James Carpenter discusses historic, nature-based lampwork with Paul Hollister and gives Hollister a book he illustrated on herbs in a circa 1991 interview.
Faculty Interconnections
Many RISD graduates have returned to become RISD faculty. After Chihuly resigned from his teaching post in 1980 to pursue his own studio work full time, one of his former students, Richard Harned (BFA 1973, MFA 1977), briefly succeeded him as head of RISD’s glass program. Another former Chihuly student, Bruce Chao (BFA 1973, MFA 1975), took over the position in 1982, following a successful early academic career building the glass program at Ohio State University. Chao formalized RISD’s glass curriculum and established the Degree Program Workshop, which, with its regular schedule of invited artists and group interaction, has remained a foundation of the school’s glass program. Michael Glancy (BFA 1977, MFA 1980) pursued graduate studies at RISD in glass, with Chihuly, and metals, with Louis Mueller. Glancy embraced both of these interests in his own work, using electroforming to fuse copper and other metals onto blown and sandblasted glass forms. Paul Hollister wrote several articles about his distinctive approach. Glancy taught in RISD’s Jewelry and Metalsmithing program for nearly forty years.
“Michael Glancy’s Glass and Metal Objects: Prunkstücke fürs Kuriositäten-Kabinett / Treasures for the Cabinet of Curiosities.” Neues Glas, no. 1 (1982): 38–44.

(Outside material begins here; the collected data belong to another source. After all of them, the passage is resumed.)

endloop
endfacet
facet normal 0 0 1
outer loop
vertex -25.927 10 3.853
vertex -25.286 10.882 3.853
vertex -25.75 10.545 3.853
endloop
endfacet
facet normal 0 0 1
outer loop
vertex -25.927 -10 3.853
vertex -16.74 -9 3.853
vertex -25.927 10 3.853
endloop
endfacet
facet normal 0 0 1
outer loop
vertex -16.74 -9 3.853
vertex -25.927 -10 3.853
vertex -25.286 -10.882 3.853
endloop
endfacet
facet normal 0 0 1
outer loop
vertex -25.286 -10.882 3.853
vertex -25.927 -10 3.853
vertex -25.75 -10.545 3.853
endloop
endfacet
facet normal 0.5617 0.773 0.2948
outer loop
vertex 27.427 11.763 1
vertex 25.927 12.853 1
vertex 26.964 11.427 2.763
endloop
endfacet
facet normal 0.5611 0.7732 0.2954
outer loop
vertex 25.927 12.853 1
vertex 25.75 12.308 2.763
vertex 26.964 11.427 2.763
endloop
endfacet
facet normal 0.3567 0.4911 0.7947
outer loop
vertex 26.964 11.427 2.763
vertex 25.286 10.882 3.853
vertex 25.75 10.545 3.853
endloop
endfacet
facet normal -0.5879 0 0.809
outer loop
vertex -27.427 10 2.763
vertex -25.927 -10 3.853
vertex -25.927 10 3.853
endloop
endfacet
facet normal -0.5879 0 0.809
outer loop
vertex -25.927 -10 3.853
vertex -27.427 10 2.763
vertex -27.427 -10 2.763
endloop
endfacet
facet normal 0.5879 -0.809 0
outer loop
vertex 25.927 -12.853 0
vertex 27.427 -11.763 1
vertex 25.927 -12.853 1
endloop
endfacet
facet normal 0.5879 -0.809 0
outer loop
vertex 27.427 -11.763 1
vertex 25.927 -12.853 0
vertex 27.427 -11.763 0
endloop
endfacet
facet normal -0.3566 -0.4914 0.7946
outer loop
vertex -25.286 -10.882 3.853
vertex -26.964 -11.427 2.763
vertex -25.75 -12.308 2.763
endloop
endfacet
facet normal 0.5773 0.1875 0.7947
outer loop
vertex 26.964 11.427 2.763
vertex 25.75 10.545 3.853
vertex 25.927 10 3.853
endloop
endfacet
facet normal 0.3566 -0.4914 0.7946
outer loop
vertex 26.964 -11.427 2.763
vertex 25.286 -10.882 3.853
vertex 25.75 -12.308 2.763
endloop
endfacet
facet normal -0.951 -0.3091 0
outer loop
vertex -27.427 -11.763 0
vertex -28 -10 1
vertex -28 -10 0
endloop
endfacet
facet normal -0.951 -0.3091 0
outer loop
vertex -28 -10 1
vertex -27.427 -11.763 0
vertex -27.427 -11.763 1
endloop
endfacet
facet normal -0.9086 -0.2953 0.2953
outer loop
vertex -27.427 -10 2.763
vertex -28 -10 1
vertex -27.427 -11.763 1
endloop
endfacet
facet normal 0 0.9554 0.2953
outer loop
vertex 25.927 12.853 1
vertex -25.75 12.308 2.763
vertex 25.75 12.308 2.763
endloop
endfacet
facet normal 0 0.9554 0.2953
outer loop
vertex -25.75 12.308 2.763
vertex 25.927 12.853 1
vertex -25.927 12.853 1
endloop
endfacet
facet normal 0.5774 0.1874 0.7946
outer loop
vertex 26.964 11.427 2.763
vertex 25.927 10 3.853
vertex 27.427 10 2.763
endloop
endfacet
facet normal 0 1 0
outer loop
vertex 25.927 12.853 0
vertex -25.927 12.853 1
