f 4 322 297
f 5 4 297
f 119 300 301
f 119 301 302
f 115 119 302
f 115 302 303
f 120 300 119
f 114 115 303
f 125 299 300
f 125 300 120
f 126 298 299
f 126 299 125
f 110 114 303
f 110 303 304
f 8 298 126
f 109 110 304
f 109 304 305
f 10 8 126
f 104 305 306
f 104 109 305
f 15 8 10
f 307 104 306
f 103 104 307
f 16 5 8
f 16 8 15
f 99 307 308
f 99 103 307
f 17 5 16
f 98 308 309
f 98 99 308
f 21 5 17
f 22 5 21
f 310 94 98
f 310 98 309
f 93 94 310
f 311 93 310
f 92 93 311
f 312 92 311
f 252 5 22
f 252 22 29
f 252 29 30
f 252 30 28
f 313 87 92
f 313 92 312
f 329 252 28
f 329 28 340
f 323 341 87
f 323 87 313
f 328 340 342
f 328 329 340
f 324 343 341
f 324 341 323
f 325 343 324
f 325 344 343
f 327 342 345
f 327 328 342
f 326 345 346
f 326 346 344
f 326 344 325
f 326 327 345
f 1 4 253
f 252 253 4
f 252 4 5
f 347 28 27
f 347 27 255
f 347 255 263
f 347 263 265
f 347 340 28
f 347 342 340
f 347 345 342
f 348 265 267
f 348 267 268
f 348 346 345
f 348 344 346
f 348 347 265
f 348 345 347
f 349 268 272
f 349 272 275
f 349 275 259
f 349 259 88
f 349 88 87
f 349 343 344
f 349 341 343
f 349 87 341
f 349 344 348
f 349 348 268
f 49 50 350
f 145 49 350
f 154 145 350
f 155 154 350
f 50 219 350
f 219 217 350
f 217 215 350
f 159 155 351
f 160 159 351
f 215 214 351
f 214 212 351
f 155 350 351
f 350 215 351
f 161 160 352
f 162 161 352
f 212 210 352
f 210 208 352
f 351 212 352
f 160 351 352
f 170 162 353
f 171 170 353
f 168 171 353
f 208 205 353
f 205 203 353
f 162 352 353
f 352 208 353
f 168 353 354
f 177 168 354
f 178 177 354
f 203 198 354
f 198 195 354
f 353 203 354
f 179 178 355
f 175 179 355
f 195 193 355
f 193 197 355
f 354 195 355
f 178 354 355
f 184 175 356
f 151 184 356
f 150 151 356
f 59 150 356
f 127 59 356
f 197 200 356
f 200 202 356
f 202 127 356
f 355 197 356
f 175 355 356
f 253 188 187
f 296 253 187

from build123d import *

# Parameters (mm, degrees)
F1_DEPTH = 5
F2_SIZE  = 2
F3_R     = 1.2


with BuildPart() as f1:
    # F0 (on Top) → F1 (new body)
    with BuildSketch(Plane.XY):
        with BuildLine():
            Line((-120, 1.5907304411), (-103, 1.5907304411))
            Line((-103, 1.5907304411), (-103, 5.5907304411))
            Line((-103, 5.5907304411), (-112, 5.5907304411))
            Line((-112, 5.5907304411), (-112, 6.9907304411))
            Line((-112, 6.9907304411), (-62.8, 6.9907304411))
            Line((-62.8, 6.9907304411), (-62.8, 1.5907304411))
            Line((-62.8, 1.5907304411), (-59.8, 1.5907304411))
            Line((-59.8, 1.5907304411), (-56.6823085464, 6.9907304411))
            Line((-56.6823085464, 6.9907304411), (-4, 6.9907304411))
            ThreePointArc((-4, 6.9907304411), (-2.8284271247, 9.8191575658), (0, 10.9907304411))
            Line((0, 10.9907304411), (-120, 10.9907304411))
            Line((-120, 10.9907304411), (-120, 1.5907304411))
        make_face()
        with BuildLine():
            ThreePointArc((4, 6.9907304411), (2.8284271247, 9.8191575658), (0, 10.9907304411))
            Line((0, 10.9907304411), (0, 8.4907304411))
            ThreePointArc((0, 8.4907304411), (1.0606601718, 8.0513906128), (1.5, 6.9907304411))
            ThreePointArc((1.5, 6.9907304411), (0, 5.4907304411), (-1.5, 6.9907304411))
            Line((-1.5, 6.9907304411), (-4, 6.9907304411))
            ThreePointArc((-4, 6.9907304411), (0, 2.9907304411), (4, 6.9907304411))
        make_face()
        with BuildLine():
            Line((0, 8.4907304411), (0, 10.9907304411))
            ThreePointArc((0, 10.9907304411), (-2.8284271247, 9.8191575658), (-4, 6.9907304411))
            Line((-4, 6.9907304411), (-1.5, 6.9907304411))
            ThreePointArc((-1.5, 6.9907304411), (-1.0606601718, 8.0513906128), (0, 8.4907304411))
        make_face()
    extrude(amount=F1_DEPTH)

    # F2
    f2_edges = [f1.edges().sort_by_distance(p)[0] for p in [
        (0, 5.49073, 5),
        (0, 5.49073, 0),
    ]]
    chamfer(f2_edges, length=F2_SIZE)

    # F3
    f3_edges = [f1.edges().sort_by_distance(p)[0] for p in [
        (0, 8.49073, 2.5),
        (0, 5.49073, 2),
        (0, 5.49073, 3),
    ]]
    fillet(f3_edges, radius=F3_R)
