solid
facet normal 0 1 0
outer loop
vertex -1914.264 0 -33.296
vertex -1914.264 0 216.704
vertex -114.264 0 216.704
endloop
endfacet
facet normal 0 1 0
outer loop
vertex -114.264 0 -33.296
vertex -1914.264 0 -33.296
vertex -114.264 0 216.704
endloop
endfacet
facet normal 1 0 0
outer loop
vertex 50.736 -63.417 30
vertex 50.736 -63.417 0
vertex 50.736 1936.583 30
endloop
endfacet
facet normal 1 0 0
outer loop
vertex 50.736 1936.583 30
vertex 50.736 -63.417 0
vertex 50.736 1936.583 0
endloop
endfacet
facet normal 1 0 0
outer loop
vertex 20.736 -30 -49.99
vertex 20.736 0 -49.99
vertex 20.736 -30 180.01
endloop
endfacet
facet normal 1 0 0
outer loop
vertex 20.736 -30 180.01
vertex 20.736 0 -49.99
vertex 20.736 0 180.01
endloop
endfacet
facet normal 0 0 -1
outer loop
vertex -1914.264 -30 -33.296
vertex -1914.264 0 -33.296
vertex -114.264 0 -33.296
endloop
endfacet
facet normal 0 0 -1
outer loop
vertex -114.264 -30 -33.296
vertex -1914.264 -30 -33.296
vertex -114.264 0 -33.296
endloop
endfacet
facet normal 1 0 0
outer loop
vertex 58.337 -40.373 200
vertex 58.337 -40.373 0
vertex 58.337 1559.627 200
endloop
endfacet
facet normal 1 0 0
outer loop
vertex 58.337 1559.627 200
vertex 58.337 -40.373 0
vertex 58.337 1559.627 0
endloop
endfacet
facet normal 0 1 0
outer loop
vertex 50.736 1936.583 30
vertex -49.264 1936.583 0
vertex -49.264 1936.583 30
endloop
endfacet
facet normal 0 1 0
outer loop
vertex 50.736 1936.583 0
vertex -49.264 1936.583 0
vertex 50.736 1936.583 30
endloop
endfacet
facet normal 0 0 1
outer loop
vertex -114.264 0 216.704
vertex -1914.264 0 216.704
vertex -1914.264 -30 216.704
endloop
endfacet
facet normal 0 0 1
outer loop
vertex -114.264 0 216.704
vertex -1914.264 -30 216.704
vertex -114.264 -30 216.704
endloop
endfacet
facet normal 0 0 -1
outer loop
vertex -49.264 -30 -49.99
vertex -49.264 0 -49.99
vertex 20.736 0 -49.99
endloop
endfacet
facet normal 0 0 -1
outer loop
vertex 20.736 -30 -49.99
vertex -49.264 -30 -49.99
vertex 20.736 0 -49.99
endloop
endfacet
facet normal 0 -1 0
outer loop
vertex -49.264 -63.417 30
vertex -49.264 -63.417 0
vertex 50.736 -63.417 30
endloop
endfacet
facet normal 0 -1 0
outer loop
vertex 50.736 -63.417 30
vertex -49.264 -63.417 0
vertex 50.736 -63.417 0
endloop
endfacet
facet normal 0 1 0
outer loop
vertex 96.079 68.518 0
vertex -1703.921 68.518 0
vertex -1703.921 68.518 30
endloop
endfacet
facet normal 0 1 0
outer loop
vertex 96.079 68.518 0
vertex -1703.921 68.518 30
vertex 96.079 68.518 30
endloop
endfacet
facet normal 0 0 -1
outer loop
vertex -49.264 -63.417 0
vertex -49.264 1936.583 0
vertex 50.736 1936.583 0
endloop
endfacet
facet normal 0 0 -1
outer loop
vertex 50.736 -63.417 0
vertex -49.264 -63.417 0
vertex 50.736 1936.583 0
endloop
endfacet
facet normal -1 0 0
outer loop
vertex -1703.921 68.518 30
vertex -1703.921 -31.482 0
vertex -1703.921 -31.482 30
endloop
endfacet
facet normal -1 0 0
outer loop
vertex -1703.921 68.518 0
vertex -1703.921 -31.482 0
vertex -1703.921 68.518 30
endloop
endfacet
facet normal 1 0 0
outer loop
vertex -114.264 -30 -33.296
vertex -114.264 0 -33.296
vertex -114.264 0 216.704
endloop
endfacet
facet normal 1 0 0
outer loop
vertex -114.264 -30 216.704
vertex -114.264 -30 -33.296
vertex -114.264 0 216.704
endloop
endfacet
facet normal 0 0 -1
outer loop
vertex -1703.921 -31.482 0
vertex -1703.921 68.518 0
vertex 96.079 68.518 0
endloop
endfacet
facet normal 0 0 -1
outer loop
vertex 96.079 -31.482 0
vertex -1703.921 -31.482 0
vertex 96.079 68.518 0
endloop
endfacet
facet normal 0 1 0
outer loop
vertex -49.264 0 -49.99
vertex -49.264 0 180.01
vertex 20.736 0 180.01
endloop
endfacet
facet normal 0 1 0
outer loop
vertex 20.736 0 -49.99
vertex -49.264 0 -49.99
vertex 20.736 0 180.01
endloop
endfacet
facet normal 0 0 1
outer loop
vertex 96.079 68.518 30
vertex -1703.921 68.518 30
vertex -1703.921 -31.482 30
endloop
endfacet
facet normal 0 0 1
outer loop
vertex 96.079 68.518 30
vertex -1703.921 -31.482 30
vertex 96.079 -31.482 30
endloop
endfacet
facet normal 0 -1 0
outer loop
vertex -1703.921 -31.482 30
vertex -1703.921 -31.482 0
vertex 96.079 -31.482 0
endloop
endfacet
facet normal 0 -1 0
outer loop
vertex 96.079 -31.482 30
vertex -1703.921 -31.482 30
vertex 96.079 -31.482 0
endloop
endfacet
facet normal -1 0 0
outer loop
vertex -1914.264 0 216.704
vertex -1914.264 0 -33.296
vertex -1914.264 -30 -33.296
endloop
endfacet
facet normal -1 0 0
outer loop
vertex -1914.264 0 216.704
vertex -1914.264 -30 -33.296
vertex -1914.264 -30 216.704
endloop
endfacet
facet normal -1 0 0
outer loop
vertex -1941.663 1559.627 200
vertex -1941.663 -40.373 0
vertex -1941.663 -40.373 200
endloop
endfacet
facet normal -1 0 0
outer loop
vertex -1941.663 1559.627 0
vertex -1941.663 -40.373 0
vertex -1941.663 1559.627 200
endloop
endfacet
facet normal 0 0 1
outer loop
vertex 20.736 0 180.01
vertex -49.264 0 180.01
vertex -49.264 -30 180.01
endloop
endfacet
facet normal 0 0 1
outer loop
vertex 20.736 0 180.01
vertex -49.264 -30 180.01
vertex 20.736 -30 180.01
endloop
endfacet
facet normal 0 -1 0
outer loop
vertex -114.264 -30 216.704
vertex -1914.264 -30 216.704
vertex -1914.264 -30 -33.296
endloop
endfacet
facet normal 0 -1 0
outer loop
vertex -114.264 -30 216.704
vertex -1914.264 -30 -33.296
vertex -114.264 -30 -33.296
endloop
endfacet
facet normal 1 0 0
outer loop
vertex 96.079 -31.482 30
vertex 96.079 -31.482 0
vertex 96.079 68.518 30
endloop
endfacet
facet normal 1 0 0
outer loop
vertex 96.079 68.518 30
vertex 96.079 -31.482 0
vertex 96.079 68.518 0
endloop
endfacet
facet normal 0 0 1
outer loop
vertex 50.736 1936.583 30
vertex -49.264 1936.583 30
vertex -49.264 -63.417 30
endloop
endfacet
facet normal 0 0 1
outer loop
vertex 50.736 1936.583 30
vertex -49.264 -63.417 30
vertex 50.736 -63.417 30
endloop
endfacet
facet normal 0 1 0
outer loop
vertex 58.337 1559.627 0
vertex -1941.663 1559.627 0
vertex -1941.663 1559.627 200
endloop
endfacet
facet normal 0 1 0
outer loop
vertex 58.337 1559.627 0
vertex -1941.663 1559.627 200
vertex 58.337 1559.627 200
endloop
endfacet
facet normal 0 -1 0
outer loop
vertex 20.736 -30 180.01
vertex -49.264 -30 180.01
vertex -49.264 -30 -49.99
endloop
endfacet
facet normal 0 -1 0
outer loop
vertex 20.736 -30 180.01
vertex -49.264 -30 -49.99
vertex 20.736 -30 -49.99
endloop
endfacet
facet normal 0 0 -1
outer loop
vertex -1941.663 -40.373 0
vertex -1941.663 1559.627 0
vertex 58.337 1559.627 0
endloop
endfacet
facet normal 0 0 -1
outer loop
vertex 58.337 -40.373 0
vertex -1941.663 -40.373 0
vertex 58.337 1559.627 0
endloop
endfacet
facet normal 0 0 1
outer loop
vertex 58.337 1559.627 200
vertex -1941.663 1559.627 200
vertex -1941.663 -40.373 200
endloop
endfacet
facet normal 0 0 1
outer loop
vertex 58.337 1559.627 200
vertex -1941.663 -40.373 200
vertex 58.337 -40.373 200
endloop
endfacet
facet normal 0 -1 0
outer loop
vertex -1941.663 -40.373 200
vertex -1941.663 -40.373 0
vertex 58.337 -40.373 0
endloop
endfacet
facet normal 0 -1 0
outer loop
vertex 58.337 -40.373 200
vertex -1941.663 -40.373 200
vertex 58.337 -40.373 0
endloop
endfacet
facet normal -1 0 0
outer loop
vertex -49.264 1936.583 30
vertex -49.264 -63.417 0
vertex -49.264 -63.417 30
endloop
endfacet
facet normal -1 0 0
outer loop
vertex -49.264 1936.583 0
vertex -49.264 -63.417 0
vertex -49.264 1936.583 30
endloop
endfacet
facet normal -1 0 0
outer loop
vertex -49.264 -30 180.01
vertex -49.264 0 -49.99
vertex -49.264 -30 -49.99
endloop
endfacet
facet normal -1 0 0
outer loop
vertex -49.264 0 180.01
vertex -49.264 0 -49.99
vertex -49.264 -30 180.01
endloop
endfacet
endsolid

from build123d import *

# Parameters (mm, degrees)
F0_W     = 1800
F0_H     = 250
F1_DEPTH = 30
F2_W     = 100
F2_H     = 2000
F3_DEPTH = 30
F4_W     = 70
F4_H     = 230
F5_DEPTH = 30
F6_W     = 2000
F6_H     = 1600
F7_DEPTH = 200
F8_W     = 1800
F8_H     = 100
F9_DEPTH = 30


with BuildPart() as f1:
    # F0 (on Front) → F1 (new body)
    with BuildSketch(Plane.XZ):
        with Locations((-1014.264105, 91.703627)):
            Rectangle(F0_W, F0_H)
    extrude(amount=F1_DEPTH)


with BuildPart() as f3:
    # F2 (on Top) → F3 (new body)
    with BuildSketch(Plane.XY):
        with Locations((0.735886, 936.582662)):
            Rectangle(F2_W, F2_H)
    extrude(amount=F3_DEPTH)


with BuildPart() as f5:
    # F4 (on Front) → F5 (new body)
    with BuildSketch(Plane.XZ):
        with Locations((-14.264114, 65.01008)):
            Rectangle(F4_W, F4_H)
    extrude(amount=F5_DEPTH)


with BuildPart() as f7:
    # F6 (on Top) → F7 (new body)
    with BuildSketch(Plane.XY):
        with Locations((-941.663302, 759.627017)):
            Rectangle(F6_W, F6_H)
    extrude(amount=F7_DEPTH)


with BuildPart() as f9:
    # F8 (on Top) → F9 (new body)
    with BuildSketch(Plane.XY):
        with Locations((-803.921366, 18.518145)):
            Rectangle(F8_W, F8_H)
    extrude(amount=F9_DEPTH)


solid = Compound([f1.part, f3.part, f5.part, f7.part, f9.part])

“The Matrix Transformed.” American Craft 42, no. 4 (August/September 1982): 24–27.
Full issue: https://digital.craftcouncil.org/digital/collection/p15785coll2/id/16745/rec/223
American Craft Council, Digital File Vol42No04_Aug1982
“Elegant Glass Made by Masters.” New York Times, December 13, 1984, C7.
Permalink: https://nyti.ms/2V5r0z7
“Review of Exhibitions: Michael Glancy.” Glass, no. 48 (Summer 1992): 50.
RISD: 21st Century
Two other RISD alumni have led the School’s glass program since Bruce Chao stepped down as head in 2001 (Chao continued teaching at RISD until 2018). Rachel Berwick (BFA 1983) served as department head from 2001 to 2020, and in 2016–17 she oversaw the program’s fiftieth anniversary, marked by a year-long series of public events and a commemorative book, Wonder: 50 Years RISD Glass (RISD, 2017). Jocelyne Prince (MFA 1994) succeeded Berwick as program head in 2020. RISD’s glass program remains a highly regarded training ground for glass artists, and new generations of alumni continue to make significant contributions to the field. In 1979, the Corning Museum of Art’s landmark exhibition New Glass: A Worldwide Survey, included work from ten RISD students and alumni at the forefront of the studio glass movement. Forty years later, an equal number of RISD alumni were represented in New Glass Now (2019), Corning’s follow-on exhibition of contemporary art glass, which included work from ten students who had earned RISD degrees between 1990 and 2014. The cover of the New Glass Now catalogue, which doubled as the fortieth-anniversary issue of Corning’s New Glass Review, featured a work by the recipient of Corning’s Rakow Commission for 2018, RISD graduate Rui Sasaki (MFA 2010).